April 19 – May 3 2001

This year the San Francisco International Film Festival said good-bye to its creative director of 19 years, Peter Scarlet, and with that impending line-up change one couldn’t help but wonder about the future of the Festival. The appropriately monikered Mr. Scarlet has always provided devoted Bay Area cinephiles a dose of the difficult and the sublime, challenging audiences and working in their defense. I became an instant, ardent supporter one afternoon during Whispering Pages (Aleksandr Sokurov, 1996) when some unthinking parent’s baby began crying and Mr. Scarlet’s unmistakable voice piped up authoritatively, “Get that child out of here.” He is moving to Paris to run the Cinémathèque Française. San Francisco should miss him.

Upon the announcement of Scarlet’s departure, a new executive director was also revealed and local papers ran stories with titles like “Film Festival Head Seeks Balance: Hollywood fare likely to have higher profile.”(1) Yikes. More than ever, the Festival seemed torn between ingratiating itself with the slightly independent arm of the Hollywood industry by debuting the likes of Ed Burns’ Sidewalks of New York (2001) and maintaining its devotion to the international and the obscure. Scarlet’s unmistakable flair for programming diverse and ground-breaking work was still on display, but there was a subtle feeling in the air that things could be changing for the worse with a newly initiated $500-a-plate Gala Award night being the most undemocratic example. The lifetime achievement awards managed to straddle industry and art. On the one hand you had Akira Kurosawa Award winner and head ramrod Clint Eastwood and on the other you had Persistence of Vision Award winner and Hollywood Babylonian Kenneth Anger. Two figures who might have met up sometime in the mid ’80s in the back room of some San Francisco S&M dungeon just like in Clint’s neglected-by-the-festival-catalog ode to his own inner Lucifer Rising, Tightrope (Richard Tuggle (2), 1984).

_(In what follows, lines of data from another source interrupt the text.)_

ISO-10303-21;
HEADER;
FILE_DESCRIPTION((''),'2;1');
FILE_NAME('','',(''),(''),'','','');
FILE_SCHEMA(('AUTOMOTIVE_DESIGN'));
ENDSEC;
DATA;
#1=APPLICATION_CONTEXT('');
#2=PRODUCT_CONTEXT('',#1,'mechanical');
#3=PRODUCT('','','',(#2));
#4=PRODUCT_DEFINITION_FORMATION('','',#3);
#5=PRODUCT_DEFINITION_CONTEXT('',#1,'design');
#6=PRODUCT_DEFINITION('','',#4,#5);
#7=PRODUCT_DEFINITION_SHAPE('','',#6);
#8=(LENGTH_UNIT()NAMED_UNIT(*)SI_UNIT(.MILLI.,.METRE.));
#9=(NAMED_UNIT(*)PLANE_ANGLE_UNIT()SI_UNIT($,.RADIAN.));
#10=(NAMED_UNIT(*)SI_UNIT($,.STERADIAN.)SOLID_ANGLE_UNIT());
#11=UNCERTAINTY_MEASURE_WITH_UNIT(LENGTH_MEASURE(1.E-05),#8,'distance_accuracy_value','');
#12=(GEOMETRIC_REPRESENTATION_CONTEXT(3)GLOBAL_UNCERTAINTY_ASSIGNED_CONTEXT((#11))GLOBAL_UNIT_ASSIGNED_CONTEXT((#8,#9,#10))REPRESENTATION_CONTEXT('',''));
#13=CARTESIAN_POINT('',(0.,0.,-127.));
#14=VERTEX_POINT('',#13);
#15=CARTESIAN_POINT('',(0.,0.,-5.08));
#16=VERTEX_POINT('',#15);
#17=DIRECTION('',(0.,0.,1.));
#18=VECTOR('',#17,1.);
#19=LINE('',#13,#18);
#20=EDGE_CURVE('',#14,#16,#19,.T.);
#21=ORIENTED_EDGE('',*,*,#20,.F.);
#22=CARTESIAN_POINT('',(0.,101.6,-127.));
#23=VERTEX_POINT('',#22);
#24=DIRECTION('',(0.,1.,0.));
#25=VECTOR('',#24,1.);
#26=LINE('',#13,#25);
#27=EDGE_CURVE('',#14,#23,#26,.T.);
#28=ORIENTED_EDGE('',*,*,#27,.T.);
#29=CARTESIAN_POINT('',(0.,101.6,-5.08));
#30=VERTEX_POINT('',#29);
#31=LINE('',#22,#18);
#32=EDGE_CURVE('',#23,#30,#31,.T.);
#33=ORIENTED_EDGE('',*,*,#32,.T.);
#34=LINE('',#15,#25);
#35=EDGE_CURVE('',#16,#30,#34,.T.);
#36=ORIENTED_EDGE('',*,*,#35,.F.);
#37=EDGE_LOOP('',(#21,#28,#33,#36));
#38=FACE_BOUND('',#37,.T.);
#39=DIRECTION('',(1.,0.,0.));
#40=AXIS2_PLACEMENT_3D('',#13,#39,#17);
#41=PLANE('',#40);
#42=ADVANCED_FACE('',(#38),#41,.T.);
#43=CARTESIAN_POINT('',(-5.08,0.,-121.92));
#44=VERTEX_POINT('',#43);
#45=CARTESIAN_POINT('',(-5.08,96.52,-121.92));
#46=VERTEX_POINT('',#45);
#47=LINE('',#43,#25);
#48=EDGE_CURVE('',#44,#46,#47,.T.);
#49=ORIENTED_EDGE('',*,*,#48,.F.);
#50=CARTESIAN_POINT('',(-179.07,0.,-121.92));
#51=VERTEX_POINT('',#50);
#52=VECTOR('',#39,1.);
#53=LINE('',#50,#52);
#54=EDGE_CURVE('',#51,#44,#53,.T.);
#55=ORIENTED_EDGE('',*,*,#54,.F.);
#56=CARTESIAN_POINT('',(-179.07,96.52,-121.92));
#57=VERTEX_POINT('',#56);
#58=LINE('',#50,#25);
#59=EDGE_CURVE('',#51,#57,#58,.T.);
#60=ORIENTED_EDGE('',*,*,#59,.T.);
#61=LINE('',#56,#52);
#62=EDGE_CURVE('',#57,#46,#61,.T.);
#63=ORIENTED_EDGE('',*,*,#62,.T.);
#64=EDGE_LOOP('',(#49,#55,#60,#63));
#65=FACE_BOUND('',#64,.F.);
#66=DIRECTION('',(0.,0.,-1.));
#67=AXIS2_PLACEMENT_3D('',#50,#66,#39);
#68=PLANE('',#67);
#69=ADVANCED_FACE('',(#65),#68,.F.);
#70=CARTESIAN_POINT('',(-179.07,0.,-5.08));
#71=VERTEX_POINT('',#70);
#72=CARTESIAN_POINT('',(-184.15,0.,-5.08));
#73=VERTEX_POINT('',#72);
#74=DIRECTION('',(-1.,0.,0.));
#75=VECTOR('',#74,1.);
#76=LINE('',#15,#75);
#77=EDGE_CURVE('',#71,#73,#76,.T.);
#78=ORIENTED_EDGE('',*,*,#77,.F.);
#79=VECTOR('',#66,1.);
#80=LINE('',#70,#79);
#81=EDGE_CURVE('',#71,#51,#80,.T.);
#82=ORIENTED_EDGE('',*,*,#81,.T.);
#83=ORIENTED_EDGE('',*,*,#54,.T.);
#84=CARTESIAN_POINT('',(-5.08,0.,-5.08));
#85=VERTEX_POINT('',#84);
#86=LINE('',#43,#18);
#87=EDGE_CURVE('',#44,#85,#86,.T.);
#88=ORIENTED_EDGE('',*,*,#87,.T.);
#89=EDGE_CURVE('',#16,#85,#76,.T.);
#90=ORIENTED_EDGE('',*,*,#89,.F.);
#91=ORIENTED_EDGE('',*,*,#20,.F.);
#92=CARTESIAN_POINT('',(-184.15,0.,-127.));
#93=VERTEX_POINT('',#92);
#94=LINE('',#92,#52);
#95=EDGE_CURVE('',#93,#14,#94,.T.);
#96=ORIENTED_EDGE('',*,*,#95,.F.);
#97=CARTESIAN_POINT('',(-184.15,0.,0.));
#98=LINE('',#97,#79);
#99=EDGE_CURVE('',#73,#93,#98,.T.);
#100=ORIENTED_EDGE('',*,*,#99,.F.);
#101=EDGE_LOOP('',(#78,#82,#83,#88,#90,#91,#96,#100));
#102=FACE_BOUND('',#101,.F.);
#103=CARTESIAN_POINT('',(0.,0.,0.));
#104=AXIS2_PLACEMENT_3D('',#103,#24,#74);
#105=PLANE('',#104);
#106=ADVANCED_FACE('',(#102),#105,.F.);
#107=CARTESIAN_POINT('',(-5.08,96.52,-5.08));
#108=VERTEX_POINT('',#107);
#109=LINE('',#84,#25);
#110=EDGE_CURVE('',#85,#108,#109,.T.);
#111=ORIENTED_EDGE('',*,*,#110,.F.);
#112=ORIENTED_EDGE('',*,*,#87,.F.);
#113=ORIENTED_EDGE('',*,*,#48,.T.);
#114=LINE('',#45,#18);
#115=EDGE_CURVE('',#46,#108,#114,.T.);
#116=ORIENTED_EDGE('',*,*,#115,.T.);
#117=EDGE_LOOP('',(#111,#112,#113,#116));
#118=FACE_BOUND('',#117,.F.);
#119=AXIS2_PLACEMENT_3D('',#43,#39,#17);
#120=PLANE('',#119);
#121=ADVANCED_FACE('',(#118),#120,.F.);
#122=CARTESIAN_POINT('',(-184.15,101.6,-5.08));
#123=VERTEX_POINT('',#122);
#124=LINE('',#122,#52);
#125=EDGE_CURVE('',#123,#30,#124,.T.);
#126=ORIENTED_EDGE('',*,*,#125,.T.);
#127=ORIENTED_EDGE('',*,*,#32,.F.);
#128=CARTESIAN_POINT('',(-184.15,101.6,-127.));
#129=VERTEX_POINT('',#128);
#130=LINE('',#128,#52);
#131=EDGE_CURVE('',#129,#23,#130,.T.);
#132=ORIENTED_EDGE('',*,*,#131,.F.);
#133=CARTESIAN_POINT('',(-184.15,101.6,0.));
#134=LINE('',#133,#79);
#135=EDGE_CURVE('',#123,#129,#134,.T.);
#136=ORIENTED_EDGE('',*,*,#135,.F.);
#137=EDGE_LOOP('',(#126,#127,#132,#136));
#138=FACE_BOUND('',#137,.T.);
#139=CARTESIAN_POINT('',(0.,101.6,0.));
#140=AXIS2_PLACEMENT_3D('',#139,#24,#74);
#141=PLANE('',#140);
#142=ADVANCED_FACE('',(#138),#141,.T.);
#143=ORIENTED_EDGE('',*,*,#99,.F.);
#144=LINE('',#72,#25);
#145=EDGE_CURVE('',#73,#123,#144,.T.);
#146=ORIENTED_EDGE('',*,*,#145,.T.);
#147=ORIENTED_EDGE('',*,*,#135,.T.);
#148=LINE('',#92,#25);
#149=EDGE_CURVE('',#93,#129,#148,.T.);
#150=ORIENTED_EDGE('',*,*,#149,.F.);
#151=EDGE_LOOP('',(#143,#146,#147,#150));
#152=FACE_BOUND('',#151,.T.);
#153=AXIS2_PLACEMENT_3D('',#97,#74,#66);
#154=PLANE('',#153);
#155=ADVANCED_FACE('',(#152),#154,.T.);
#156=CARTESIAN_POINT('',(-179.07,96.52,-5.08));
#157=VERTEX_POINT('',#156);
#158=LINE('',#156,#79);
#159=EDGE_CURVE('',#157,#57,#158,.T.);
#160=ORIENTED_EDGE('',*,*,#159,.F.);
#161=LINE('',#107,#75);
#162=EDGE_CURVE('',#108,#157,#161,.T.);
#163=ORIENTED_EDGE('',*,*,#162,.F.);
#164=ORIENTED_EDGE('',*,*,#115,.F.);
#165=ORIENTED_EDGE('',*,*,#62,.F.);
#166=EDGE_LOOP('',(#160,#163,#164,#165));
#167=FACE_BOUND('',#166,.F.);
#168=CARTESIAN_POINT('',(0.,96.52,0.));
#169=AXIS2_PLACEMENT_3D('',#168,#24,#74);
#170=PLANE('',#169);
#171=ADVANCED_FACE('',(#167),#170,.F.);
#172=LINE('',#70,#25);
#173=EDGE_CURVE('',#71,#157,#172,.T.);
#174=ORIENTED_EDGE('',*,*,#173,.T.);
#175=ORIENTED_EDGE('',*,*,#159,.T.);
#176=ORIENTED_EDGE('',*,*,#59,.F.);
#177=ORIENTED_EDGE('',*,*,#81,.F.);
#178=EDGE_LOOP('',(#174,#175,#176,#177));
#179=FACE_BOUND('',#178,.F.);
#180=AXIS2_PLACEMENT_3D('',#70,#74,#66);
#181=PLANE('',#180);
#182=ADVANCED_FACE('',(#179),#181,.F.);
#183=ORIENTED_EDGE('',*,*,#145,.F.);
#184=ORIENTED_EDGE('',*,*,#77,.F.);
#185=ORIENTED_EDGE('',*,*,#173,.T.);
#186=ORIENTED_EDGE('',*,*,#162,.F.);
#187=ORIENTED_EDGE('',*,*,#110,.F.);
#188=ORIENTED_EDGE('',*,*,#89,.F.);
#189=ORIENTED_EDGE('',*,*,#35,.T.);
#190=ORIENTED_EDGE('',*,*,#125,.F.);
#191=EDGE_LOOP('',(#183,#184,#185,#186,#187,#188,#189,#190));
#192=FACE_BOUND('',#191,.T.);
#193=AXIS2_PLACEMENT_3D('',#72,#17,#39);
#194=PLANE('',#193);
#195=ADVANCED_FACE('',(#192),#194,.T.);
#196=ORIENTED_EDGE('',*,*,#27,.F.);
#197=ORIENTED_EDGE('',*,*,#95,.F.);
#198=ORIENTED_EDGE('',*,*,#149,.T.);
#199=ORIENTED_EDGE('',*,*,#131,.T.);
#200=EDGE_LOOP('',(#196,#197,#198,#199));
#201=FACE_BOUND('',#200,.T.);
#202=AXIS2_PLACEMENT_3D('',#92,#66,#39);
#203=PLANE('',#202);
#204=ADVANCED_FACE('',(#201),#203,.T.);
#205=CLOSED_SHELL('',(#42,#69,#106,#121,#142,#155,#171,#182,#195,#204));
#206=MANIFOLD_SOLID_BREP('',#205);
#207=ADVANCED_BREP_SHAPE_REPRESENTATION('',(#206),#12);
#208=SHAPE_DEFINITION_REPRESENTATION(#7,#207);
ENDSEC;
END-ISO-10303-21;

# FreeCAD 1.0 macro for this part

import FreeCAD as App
import Part
import Sketcher

V = App.Vector
Q = App.Units.Quantity


def add_polygon(sketch, points):
    """Adds a closed chain of lines whose ends are joined by coincident constraints."""
    first, n = sketch.GeometryCount, len(points)
    for a, b in zip(points, points[1:] + points[:1]):
        sketch.addGeometry(Part.LineSegment(App.Vector(*a, 0), App.Vector(*b, 0)), False)
    for i in range(n):
        sketch.addConstraint(Sketcher.Constraint("Coincident", first + i, 2, first + (i + 1) % n, 1))

doc = App.newDocument("Part")
params = doc.addObject("Spreadsheet::Sheet", "Params")
for row, (alias, value) in enumerate([
    ("sketch1_height", "5 in"),
    ("sketch1_width", "7.25 in"),
    ("pad1_length", "4 in"),
    ("sketch2_height", "4.6 in"),
    ("sketch2_width", "6.85 in"),
    ("pocket1_length", "3.8 in"),
    ("sketch3_height", "4 in"),
    ("sketch3_width", "7.25 in"),
    ("pocket2_length", "0.2 in"),
], start=1):
    params.set(f"A{row}", alias)
    params.set(f"B{row}", "=" + value)
    params.setAlias(f"B{row}", alias)

body = doc.addObject("PartDesign::Body", "Body")

sketch1 = body.newObject("Sketcher::SketchObject", "Sketch")
sketch1.AttachmentSupport = (doc.getObject("XZ_Plane"), [""])
sketch1.MapMode = "FlatFace"
add_polygon(sketch1, [(-184.15, 0), (0, 0), (0, -127), (-184.15, -127)])
sketch1.addConstraint([
    Sketcher.Constraint("Horizontal", 0),
    Sketcher.Constraint("Vertical", 1),
    Sketcher.Constraint("Horizontal", 2),
    Sketcher.Constraint("Vertical", 3),
    Sketcher.Constraint("Coincident", 0, 2, -1, 1),
    Sketcher.Constraint("DistanceY", 1, 2, 1, 1, Q("5 in")),
    Sketcher.Constraint("DistanceX", 0, 1, 0, 2, Q("7.25 in")),
])
sketch1.setExpression("Constraints[9]", "Params.sketch1_height")
sketch1.setExpression("Constraints[10]", "Params.sketch1_width")
pad1 = body.newObject("PartDesign::Pad", "Pad")
pad1.Profile = sketch1
pad1.setExpression("Length", "Params.pad1_length")
pad1.Reversed = True

sketch2 = body.newObject("Sketcher::SketchObject", "Sketch001")
sketch2.AttachmentSupport = (doc.getObject("XZ_Plane"), [""])
sketch2.MapMode = "FlatFace"
add_polygon(sketch2, [(-5.08, -121.92), (-179.07, -121.92), (-179.07, -5.08), (-5.08, -5.08)])
sketch2.addConstraint([
    Sketcher.Constraint("Horizontal", 0),
    Sketcher.Constraint("Vertical", 1),
    Sketcher.Constraint("Horizontal", 2),
    Sketcher.Constraint("Vertical", 3),
    Sketcher.Constraint("DistanceY", 1, 2, -1, 1, Q("0.2 in")),
    Sketcher.Constraint("DistanceX", 2, 2, -1, 1, Q("0.2 in")),
    Sketcher.Constraint("DistanceY", 1, 1, 1, 2, Q("4.6 in")),
    Sketcher.Constraint("DistanceX", 0, 2, 0, 1, Q("6.85 in")),
])
sketch2.setExpression("Constraints[10]", "Params.sketch2_height")
sketch2.setExpression("Constraints[11]", "Params.sketch2_width")
pocket1 = body.newObject("PartDesign::Pocket", "Pocket")
pocket1.Profile = sketch2
pocket1.setExpression("Length", "Params.pocket1_length")

sketch3 = body.newObject("Sketcher::SketchObject", "Sketch002")
sketch3.AttachmentSupport = (doc.getObject("XY_Plane"), [""])
sketch3.MapMode = "FlatFace"
add_polygon(sketch3, [(-184.15, 0), (0, 0), (0, 101.6), (-184.15, 101.6)])
sketch3.addConstraint([
    Sketcher.Constraint("Horizontal", 0),
    Sketcher.Constraint("Vertical", 1),
    Sketcher.Constraint("Horizontal", 2),
    Sketcher.Constraint("Vertical", 3),
    Sketcher.Constraint("Coincident", 0, 2, -1, 1),
    Sketcher.Constraint("DistanceY", 1, 1, 1, 2, Q("4 in")),
    Sketcher.Constraint("DistanceX", 0, 1, 0, 2, Q("7.25 in")),
])
sketch3.setExpression("Constraints[9]", "Params.sketch3_height")
sketch3.setExpression("Constraints[10]", "Params.sketch3_width")
pocket2 = body.newObject("PartDesign::Pocket", "Pocket001")
pocket2.Profile = sketch3
pocket2.setExpression("Length", "Params.pocket2_length")

doc.recompute()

If the two were ever in the same room at this Festival, I missed it.

Intriguingly, the Mel Novikoff Award for “enhancing the filmgoing public’s knowledge and appreciation of world cinema” was handed out to two entities: the remote Cahiers du Cinéma and the local San Francisco Cinémathèque, as if to poor salt in the wounds of those who continue to crave Mr. Scarlet’s brand of cinematic challenges from near and far by emphasizing the distance between San Francisco and Paris. Cahiers is celebrating its 50th anniversary this year after having provided film culture with some of its most vibrant critics and filmmakers; it continues to make waves by pronouncing films like Carlito’s Way (Brian De Palma, 1993) the best of the decade. The S.F. Cinémathèque was honored for 40 years of dutiful service as the Bay Area’s most reliable source of avant-garde film and video. Both institutions curated programs for the Festival, and the Cinémathèque demonstrated its mission with a show of avant-garde titles that ranged from Bruce Conner’s racy take on Ray Charles, Comic Ray (1961), to Scott Stark’s harrowingly funny deconstruction of airplane safety cards, I Walk with God (1994).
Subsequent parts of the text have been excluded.